Двое мальчишек старательно писали красной краской из баллончика на постаменте памятника Рихарду Зорге слово «PRODIGY». Меня это немного позабавило – как будто эти двое решили отдать дань памяти великому разведчику, хотя сами явно не походили на infant prodigy; но затем я сообразил, что для них это слово означает всего лишь название поп-группы, – и не более того.
Вдруг мальчишки, не дописав до конца последней буквы, бросили баллончик и пустились наутек. Я оглянулся: по улице медленно проезжала милицейская машина. Она скрылась за тем же поворотом, что и мальчишки.
Я внимательно посмотрел на памятник. Зорге, нахмурившись и запахнувшись в пальто, шел из вечности в вечность. Вот образец разведчика, холодного разума и железной воли, где нет места сантиментам! А ведь и у него в жизни была Любовь!

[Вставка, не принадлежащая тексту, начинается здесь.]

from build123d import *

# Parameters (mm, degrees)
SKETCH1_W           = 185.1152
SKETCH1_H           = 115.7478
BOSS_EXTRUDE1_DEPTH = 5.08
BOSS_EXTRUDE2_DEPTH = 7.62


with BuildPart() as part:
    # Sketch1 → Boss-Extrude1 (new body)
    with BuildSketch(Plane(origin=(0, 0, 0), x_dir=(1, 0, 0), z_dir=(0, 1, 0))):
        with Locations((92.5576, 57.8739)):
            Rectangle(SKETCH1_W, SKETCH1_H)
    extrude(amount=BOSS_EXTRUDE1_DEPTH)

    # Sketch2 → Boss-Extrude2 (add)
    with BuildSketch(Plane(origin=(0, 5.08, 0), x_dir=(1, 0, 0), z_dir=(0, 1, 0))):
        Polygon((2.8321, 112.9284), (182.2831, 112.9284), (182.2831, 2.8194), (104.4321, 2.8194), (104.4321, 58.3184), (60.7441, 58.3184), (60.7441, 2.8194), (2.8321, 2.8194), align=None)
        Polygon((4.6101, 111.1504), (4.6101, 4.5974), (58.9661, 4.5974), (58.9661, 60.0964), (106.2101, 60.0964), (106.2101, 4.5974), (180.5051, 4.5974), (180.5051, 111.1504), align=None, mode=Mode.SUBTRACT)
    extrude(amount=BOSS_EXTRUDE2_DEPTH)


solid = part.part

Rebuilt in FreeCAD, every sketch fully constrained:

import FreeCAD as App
import Part
import Sketcher
Q = App.Units.Quantity

doc = App.newDocument("Part")
body = doc.addObject("PartDesign::Body", "Body")

# Sketch on XZ plane
sketch1 = body.newObject("Sketcher::SketchObject", "Sketch")
sketch1.AttachmentSupport = (doc.getObject("XZ_Plane"), [""])
sketch1.MapMode = "FlatFace"
sketch1.addGeometry([
    Part.LineSegment(App.Vector(0, -115.7478, 0), App.Vector(0, 0, 0)),
    Part.LineSegment(App.Vector(0, 0, 0), App.Vector(185.1152, 0, 0)),
    Part.LineSegment(App.Vector(185.1152, 0, 0), App.Vector(185.1152, -115.7478, 0)),
    Part.LineSegment(App.Vector(185.1152, -115.7478, 0), App.Vector(0, -115.7478, 0)),
], False)
sketch1.addConstraint([
    Sketcher.Constraint("Coincident", 0, 2, 1, 1),
    Sketcher.Constraint("Coincident", 1, 2, 2, 1),
    Sketcher.Constraint("Coincident", 2, 2, 3, 1),
    Sketcher.Constraint("Coincident", 3, 2, 0, 1),
    Sketcher.Constraint("Vertical", 0),
    Sketcher.Constraint("Horizontal", 1),
    Sketcher.Constraint("Vertical", 2),
    Sketcher.Constraint("Horizontal", 3),
    Sketcher.Constraint("Coincident", 0, 2, -1, 1),
    Sketcher.Constraint("DistanceX", 1, 1, 1, 2, Q("7.288 in")),
    Sketcher.Constraint("DistanceY", 0, 1, 0, 2, Q("4.557 in")),
])
pad1 = body.newObject("PartDesign::Pad", "Pad")
pad1.Profile = sketch1
pad1.Length = Q("0.2 in")
pad1.Reversed = True

# Sketch on XZ plane
sketch2 = body.newObject("Sketcher::SketchObject", "Sketch001")
sketch2.AttachmentSupport = (doc.getObject("XZ_Plane"), [""])
sketch2.MapMode = "FlatFace"
sketch2.AttachmentOffset = App.Placement(App.Vector(0, 0, -0.2 * 25.4), App.Rotation())
sketch2.addGeometry([
    Part.LineSegment(App.Vector(182.2831, -112.9284, 0), App.Vector(2.8321, -112.9284, 0)),  # 0
    Part.LineSegment(App.Vector(2.8321, -112.9284, 0), App.Vector(2.8321, -2.8194, 0)),  # 1
    Part.LineSegment(App.Vector(2.8321, -2.8194, 0), App.Vector(60.7441, -2.8194, 0)),  # 2
    Part.LineSegment(App.Vector(60.7441, -2.8194, 0), App.Vector(60.7441, -58.3184, 0)),  # 3
    Part.LineSegment(App.Vector(60.7441, -58.3184, 0), App.Vector(104.4321, -58.3184, 0)),  # 4
    Part.LineSegment(App.Vector(104.4321, -58.3184, 0), App.Vector(104.4321, -2.8194, 0)),  # 5
    Part.LineSegment(App.Vector(104.4321, -2.8194, 0), App.Vector(182.2831, -2.8194, 0)),  # 6
    Part.LineSegment(App.Vector(182.2831, -2.8194, 0), App.Vector(182.2831, -112.9284, 0)),  # 7
    Part.LineSegment(App.Vector(4.6101, -111.1504, 0), App.Vector(180.5051, -111.1504, 0)),  # 8
    Part.LineSegment(App.Vector(180.5051, -111.1504, 0), App.Vector(180.5051, -4.5974, 0)),  # 9
    Part.LineSegment(App.Vector(180.5051, -4.5974, 0), App.Vector(106.2101, -4.5974, 0)),  # 10
    Part.LineSegment(App.Vector(106.2101, -4.5974, 0), App.Vector(106.2101, -60.0964, 0)),  # 11
    Part.LineSegment(App.Vector(106.2101, -60.0964, 0), App.Vector(58.9661, -60.0964, 0)),  # 12
    Part.LineSegment(App.Vector(58.9661, -60.0964, 0), App.Vector(58.9661, -4.5974, 0)),  # 13
    Part.LineSegment(App.Vector(58.9661, -4.5974, 0), App.Vector(4.6101, -4.5974, 0)),  # 14
    Part.LineSegment(App.Vector(4.6101, -4.5974, 0), App.Vector(4.6101, -111.1504, 0)),  # 15
], False)
sketch2.addConstraint([
    Sketcher.Constraint("Coincident", 0, 2, 1, 1),
    Sketcher.Constraint("Coincident", 1, 2, 2, 1),
    Sketcher.Constraint("Coincident", 2, 2, 3, 1),
    Sketcher.Constraint("Coincident", 3, 2, 4, 1),
    Sketcher.Constraint("Coincident", 4, 2, 5, 1),
    Sketcher.Constraint("Coincident", 5, 2, 6, 1),
    Sketcher.Constraint("Coincident", 6, 2, 7, 1),
    Sketcher.Constraint("Coincident", 7, 2, 0, 1),
    Sketcher.Constraint("Coincident", 8, 2, 9, 1),
    Sketcher.Constraint("Coincident", 9, 2, 10, 1),
    Sketcher.Constraint("Coincident", 10, 2, 11, 1),
    Sketcher.Constraint("Coincident", 11, 2, 12, 1),
    Sketcher.Constraint("Coincident", 12, 2, 13, 1),
    Sketcher.Constraint("Coincident", 13, 2, 14, 1),
    Sketcher.Constraint("Coincident", 14, 2, 15, 1),
    Sketcher.Constraint("Coincident", 15, 2, 8, 1),
    Sketcher.Constraint("Horizontal", 0),
    Sketcher.Constraint("Vertical", 1),
    Sketcher.Constraint("Horizontal", 2),
    Sketcher.Constraint("Vertical", 3),
    Sketcher.Constraint("Horizontal", 4),
    Sketcher.Constraint("Vertical", 5),
    Sketcher.Constraint("Horizontal", 6),
    Sketcher.Constraint("Vertical", 7),
    Sketcher.Constraint("Horizontal", 8),
    Sketcher.Constraint("Vertical", 9),
    Sketcher.Constraint("Horizontal", 10),
    Sketcher.Constraint("Vertical", 11),
    Sketcher.Constraint("Horizontal", 12),
    Sketcher.Constraint("Vertical", 13),
    Sketcher.Constraint("Horizontal", 14),
    Sketcher.Constraint("Vertical", 15),
    Sketcher.Constraint("Horizontal", 2, 2, 5, 2),
    Sketcher.Constraint("Horizontal", 10, 2, 13, 2),
    Sketcher.Constraint("Equal", 5, 11),
    Sketcher.Constraint("DistanceX", 0, 2, 4, 2, Q("4 in")),
    Sketcher.Constraint("DistanceX", 2, 1, 2, 2, Q("2.28 in")),
    Sketcher.Constraint("DistanceX", 12, 2, 12, 1, Q("1.86 in")),
    Sketcher.Constraint("DistanceX", 14, 2, 14, 1, Q("2.14 in")),
    Sketcher.Constraint("DistanceX", 0, 2, 0, 1, Q("7.065 in")),
    Sketcher.Constraint("DistanceX", 8, 1, 8, 2, Q("6.925 in")),
    Sketcher.Constraint("DistanceY", 1, 1, 1, 2, Q("4.335 in")),
    Sketcher.Constraint("DistanceY", 3, 2, 3, 1, Q("2.185 in")),
    Sketcher.Constraint("DistanceY", 9, 1, 9, 2, Q("4.195 in")),
    Sketcher.Constraint("DistanceX", 8, 2, 7, 2, Q("0.07 in")),
    Sketcher.Constraint("DistanceY", 7, 2, 8, 2, Q("0.07 in")),
    Sketcher.Constraint("DistanceY", 0, 2, -1, 1, Q("4.446 in")),
    Sketcher.Constraint("DistanceX", -1, 1, 0, 2, Q("0.1115 in")),
])
pad2 = body.newObject("PartDesign::Pad", "Pad001")
pad2.Profile = sketch2
pad2.Length = Q("0.3 in")
pad2.Reversed = True

doc.recompute()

Интересно, о чем он думал в последние часы жизни, меряя шагами камеру смертников тюрьмы Сугамо? Желал ли изменить прошлое? Считал ли свою жизнь прожитой не так, как надо? Действительно, ведь его предали те, чьи задания он выполнял, принеся в жертву личное счастье, покой и любовь. Добытые с риском для жизни сведения клали под сукно как не заслуживающие доверия. Любимую женщину сгноили на сибирской каторге как жену врага народа.
Что же осталось у него там, в камере смертников, где будущего уже не будет, а настоящее почти закончилось? Только прошлое. Так хотел ли он его изменить? Отбросить то, что считал целью жизни, и уйти в тихое счастье с любимой женщиной? И сделал бы он это, представься ему такая возможность – изменить прошлое? Или предпочел бы не трогать светлых страниц жизни из опасения испачкать и измять их торопливыми руками? И наконец – понял ли он перед дверью в вечность, что именно есть главное в жизни? Что следует беречь больше, чем жизнь?